From the records below, output exactly the lines running from the line containing "#168=CARTESIAN_POINT('',(6.08109,46.009373,3.175));" through the line containing "FreeCAD Python script", and no others.

■ Data in this exercise ■
+-------+
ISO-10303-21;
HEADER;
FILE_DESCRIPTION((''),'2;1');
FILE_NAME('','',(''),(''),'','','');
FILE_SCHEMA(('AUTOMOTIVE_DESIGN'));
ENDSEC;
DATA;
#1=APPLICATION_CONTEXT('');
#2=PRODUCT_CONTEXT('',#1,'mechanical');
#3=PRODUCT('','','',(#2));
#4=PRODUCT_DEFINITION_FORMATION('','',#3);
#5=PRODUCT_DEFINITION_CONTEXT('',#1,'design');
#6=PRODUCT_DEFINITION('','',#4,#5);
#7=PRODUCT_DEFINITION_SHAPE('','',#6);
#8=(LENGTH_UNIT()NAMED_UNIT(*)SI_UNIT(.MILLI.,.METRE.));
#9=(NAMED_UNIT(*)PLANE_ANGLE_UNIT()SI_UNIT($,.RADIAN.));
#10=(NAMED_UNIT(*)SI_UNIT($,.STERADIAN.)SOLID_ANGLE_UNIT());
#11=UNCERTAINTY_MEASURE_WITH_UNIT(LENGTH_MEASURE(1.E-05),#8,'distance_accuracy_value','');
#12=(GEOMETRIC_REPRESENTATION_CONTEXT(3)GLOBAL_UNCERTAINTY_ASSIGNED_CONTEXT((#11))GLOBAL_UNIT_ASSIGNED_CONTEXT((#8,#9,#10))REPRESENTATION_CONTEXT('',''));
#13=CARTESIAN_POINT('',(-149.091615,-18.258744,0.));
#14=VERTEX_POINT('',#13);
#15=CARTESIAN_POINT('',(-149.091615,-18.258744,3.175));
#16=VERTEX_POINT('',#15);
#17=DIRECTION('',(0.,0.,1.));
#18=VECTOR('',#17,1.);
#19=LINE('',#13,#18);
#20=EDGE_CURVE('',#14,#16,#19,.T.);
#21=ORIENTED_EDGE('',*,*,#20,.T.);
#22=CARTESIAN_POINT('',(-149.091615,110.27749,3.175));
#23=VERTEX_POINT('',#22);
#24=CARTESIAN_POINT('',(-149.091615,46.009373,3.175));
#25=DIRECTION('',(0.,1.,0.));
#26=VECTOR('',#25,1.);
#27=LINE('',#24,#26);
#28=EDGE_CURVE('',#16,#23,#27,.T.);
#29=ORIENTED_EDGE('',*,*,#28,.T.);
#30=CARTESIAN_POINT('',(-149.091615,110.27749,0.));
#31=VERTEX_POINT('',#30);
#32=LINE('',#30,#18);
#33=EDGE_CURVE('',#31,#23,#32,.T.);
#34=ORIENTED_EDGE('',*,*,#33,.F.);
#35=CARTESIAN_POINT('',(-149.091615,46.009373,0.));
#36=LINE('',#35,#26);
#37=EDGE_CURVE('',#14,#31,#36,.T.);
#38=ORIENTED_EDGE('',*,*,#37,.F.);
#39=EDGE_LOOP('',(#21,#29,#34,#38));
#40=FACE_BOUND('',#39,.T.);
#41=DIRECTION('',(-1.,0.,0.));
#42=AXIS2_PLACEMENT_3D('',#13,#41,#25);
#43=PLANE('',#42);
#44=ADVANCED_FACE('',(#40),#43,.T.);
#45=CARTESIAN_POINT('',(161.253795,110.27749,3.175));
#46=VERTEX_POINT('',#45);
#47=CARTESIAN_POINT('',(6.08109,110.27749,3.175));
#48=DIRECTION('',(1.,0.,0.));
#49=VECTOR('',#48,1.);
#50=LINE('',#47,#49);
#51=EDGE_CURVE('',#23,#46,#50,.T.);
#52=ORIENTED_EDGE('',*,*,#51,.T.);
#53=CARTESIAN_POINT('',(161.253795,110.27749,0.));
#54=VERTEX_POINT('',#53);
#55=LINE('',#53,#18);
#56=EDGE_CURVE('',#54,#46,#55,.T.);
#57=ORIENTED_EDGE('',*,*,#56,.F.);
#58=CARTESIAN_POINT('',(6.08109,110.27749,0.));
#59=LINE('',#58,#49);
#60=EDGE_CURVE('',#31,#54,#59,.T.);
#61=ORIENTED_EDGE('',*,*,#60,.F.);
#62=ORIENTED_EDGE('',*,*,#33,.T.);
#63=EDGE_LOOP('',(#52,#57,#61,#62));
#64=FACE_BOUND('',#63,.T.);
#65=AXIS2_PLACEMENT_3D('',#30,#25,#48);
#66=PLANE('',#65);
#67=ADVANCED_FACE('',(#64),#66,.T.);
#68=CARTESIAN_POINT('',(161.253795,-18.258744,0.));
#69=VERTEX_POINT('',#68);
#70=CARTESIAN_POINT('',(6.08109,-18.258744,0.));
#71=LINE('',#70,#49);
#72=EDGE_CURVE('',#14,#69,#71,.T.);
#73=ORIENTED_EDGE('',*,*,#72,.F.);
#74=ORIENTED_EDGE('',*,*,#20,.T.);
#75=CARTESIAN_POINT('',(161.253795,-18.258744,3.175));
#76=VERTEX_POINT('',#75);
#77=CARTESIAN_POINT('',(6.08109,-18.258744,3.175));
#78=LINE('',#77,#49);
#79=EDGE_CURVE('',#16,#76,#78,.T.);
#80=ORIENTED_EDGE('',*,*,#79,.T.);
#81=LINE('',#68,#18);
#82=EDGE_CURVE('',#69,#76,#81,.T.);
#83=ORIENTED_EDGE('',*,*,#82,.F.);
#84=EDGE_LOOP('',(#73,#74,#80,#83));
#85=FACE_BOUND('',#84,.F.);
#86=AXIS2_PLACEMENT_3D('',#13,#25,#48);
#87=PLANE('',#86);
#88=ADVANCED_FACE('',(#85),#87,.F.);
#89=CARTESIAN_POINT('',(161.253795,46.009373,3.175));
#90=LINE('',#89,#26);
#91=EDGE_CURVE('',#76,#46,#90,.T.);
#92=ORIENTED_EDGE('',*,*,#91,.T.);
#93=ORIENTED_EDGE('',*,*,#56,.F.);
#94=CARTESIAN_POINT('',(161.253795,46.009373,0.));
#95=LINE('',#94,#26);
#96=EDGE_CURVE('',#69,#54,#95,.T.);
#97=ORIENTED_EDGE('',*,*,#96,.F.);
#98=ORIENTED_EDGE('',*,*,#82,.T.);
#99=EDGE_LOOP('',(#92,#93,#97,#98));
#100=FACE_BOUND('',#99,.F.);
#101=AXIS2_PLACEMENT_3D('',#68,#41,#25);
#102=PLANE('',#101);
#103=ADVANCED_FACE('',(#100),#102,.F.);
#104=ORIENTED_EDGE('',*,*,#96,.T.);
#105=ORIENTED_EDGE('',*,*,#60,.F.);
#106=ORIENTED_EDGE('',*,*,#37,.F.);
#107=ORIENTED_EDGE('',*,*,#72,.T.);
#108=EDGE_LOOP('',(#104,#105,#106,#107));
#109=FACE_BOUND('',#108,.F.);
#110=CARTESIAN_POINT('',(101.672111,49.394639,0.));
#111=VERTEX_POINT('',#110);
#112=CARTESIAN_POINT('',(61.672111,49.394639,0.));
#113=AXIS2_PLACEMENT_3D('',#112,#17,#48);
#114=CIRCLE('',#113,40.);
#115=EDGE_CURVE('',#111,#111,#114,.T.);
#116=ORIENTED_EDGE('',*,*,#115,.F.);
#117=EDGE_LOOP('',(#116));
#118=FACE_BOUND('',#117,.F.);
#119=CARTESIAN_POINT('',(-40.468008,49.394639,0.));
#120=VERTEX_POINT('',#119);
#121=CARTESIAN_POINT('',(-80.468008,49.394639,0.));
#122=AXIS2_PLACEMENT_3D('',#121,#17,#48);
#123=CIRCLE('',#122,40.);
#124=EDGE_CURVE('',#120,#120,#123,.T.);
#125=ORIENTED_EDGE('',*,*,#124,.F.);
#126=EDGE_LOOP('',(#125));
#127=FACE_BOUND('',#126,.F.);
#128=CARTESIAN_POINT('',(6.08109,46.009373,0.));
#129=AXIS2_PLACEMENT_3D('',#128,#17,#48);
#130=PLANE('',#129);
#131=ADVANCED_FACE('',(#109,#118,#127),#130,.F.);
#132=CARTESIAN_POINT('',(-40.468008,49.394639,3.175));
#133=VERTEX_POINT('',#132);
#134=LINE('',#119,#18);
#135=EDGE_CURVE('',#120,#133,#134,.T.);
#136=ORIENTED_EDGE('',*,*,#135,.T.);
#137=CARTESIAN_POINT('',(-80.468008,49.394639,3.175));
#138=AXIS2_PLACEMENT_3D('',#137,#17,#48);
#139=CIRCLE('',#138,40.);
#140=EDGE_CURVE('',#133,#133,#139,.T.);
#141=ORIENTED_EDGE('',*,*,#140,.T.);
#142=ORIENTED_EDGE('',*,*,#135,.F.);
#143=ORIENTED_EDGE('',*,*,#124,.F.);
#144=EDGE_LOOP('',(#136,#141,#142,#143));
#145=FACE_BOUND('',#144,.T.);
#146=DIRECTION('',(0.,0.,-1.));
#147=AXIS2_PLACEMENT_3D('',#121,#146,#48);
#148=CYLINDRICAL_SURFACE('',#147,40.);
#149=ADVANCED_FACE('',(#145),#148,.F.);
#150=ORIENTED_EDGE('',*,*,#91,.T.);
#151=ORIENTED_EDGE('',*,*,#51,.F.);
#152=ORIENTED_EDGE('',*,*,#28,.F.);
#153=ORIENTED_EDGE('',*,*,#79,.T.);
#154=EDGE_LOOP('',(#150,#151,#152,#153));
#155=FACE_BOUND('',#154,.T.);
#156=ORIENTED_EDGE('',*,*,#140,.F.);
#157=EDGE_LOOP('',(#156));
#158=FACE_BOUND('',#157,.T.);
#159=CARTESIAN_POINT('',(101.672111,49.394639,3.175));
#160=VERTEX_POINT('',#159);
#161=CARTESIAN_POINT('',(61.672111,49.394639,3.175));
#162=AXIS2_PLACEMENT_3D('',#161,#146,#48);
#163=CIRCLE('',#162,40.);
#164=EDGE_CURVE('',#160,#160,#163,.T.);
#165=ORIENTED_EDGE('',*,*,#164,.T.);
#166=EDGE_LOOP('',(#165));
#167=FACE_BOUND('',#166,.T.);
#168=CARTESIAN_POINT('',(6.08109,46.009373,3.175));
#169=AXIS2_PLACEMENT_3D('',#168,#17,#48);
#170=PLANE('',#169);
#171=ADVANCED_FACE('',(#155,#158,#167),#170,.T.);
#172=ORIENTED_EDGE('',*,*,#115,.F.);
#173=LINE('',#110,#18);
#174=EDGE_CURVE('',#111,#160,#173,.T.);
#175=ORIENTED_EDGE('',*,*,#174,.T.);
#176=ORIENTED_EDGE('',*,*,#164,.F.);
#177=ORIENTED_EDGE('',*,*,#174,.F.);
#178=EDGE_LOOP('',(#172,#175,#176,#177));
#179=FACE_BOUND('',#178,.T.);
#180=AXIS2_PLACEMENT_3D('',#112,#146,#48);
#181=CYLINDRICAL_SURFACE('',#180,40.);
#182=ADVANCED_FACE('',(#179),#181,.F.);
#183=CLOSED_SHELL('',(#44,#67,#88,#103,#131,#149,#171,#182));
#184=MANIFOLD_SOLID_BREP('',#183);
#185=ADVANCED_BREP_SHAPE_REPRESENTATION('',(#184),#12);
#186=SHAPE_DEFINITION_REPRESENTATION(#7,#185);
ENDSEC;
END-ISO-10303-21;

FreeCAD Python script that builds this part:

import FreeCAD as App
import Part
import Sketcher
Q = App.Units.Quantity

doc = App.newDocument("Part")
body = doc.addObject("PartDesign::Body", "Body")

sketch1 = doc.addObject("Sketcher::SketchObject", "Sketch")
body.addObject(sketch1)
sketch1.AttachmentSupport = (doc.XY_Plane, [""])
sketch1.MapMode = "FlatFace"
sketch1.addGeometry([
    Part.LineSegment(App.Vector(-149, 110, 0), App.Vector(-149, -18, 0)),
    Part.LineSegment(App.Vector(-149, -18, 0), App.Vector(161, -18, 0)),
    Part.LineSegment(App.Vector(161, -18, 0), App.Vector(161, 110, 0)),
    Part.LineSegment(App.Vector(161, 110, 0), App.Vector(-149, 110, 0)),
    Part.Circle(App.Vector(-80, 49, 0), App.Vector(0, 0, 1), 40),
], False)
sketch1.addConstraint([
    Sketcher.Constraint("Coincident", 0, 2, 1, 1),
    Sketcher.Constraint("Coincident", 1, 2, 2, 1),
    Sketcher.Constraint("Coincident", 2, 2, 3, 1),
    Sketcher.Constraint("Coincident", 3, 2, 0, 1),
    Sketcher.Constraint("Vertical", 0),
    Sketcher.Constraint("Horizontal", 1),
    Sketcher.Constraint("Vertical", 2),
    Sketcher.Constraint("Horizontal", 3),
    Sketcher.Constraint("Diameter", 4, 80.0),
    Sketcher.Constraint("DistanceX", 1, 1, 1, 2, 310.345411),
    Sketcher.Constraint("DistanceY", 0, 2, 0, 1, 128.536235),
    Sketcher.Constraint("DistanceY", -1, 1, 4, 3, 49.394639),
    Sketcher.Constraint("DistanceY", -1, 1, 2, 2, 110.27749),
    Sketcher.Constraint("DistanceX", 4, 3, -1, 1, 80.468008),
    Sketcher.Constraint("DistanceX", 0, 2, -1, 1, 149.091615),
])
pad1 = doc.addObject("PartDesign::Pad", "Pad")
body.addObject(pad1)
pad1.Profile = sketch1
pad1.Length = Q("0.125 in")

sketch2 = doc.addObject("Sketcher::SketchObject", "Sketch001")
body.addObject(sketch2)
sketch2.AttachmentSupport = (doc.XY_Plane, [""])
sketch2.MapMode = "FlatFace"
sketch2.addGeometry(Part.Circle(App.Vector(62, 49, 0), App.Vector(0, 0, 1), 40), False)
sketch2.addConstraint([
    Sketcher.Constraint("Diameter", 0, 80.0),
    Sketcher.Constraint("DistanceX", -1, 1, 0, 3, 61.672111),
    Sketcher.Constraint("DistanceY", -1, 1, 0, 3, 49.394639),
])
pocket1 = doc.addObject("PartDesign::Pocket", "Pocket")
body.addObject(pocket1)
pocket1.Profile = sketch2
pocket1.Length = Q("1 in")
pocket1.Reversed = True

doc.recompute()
+-------+
■ Task result ■
#168=CARTESIAN_POINT('',(6.08109,46.009373,3.175));
#169=AXIS2_PLACEMENT_3D('',#168,#17,#48);
#170=PLANE('',#169);
#171=ADVANCED_FACE('',(#155,#158,#167),#170,.T.);
#172=ORIENTED_EDGE('',*,*,#115,.F.);
#173=LINE('',#110,#18);
#174=EDGE_CURVE('',#111,#160,#173,.T.);
#175=ORIENTED_EDGE('',*,*,#174,.T.);
#176=ORIENTED_EDGE('',*,*,#164,.F.);
#177=ORIENTED_EDGE('',*,*,#174,.F.);
#178=EDGE_LOOP('',(#172,#175,#176,#177));
#179=FACE_BOUND('',#178,.T.);
#180=AXIS2_PLACEMENT_3D('',#112,#146,#48);
#181=CYLINDRICAL_SURFACE('',#180,40.);
#182=ADVANCED_FACE('',(#179),#181,.F.);
#183=CLOSED_SHELL('',(#44,#67,#88,#103,#131,#149,#171,#182));
#184=MANIFOLD_SOLID_BREP('',#183);
#185=ADVANCED_BREP_SHAPE_REPRESENTATION('',(#184),#12);
#186=SHAPE_DEFINITION_REPRESENTATION(#7,#185);
ENDSEC;
END-ISO-10303-21;

FreeCAD Python script that builds this part:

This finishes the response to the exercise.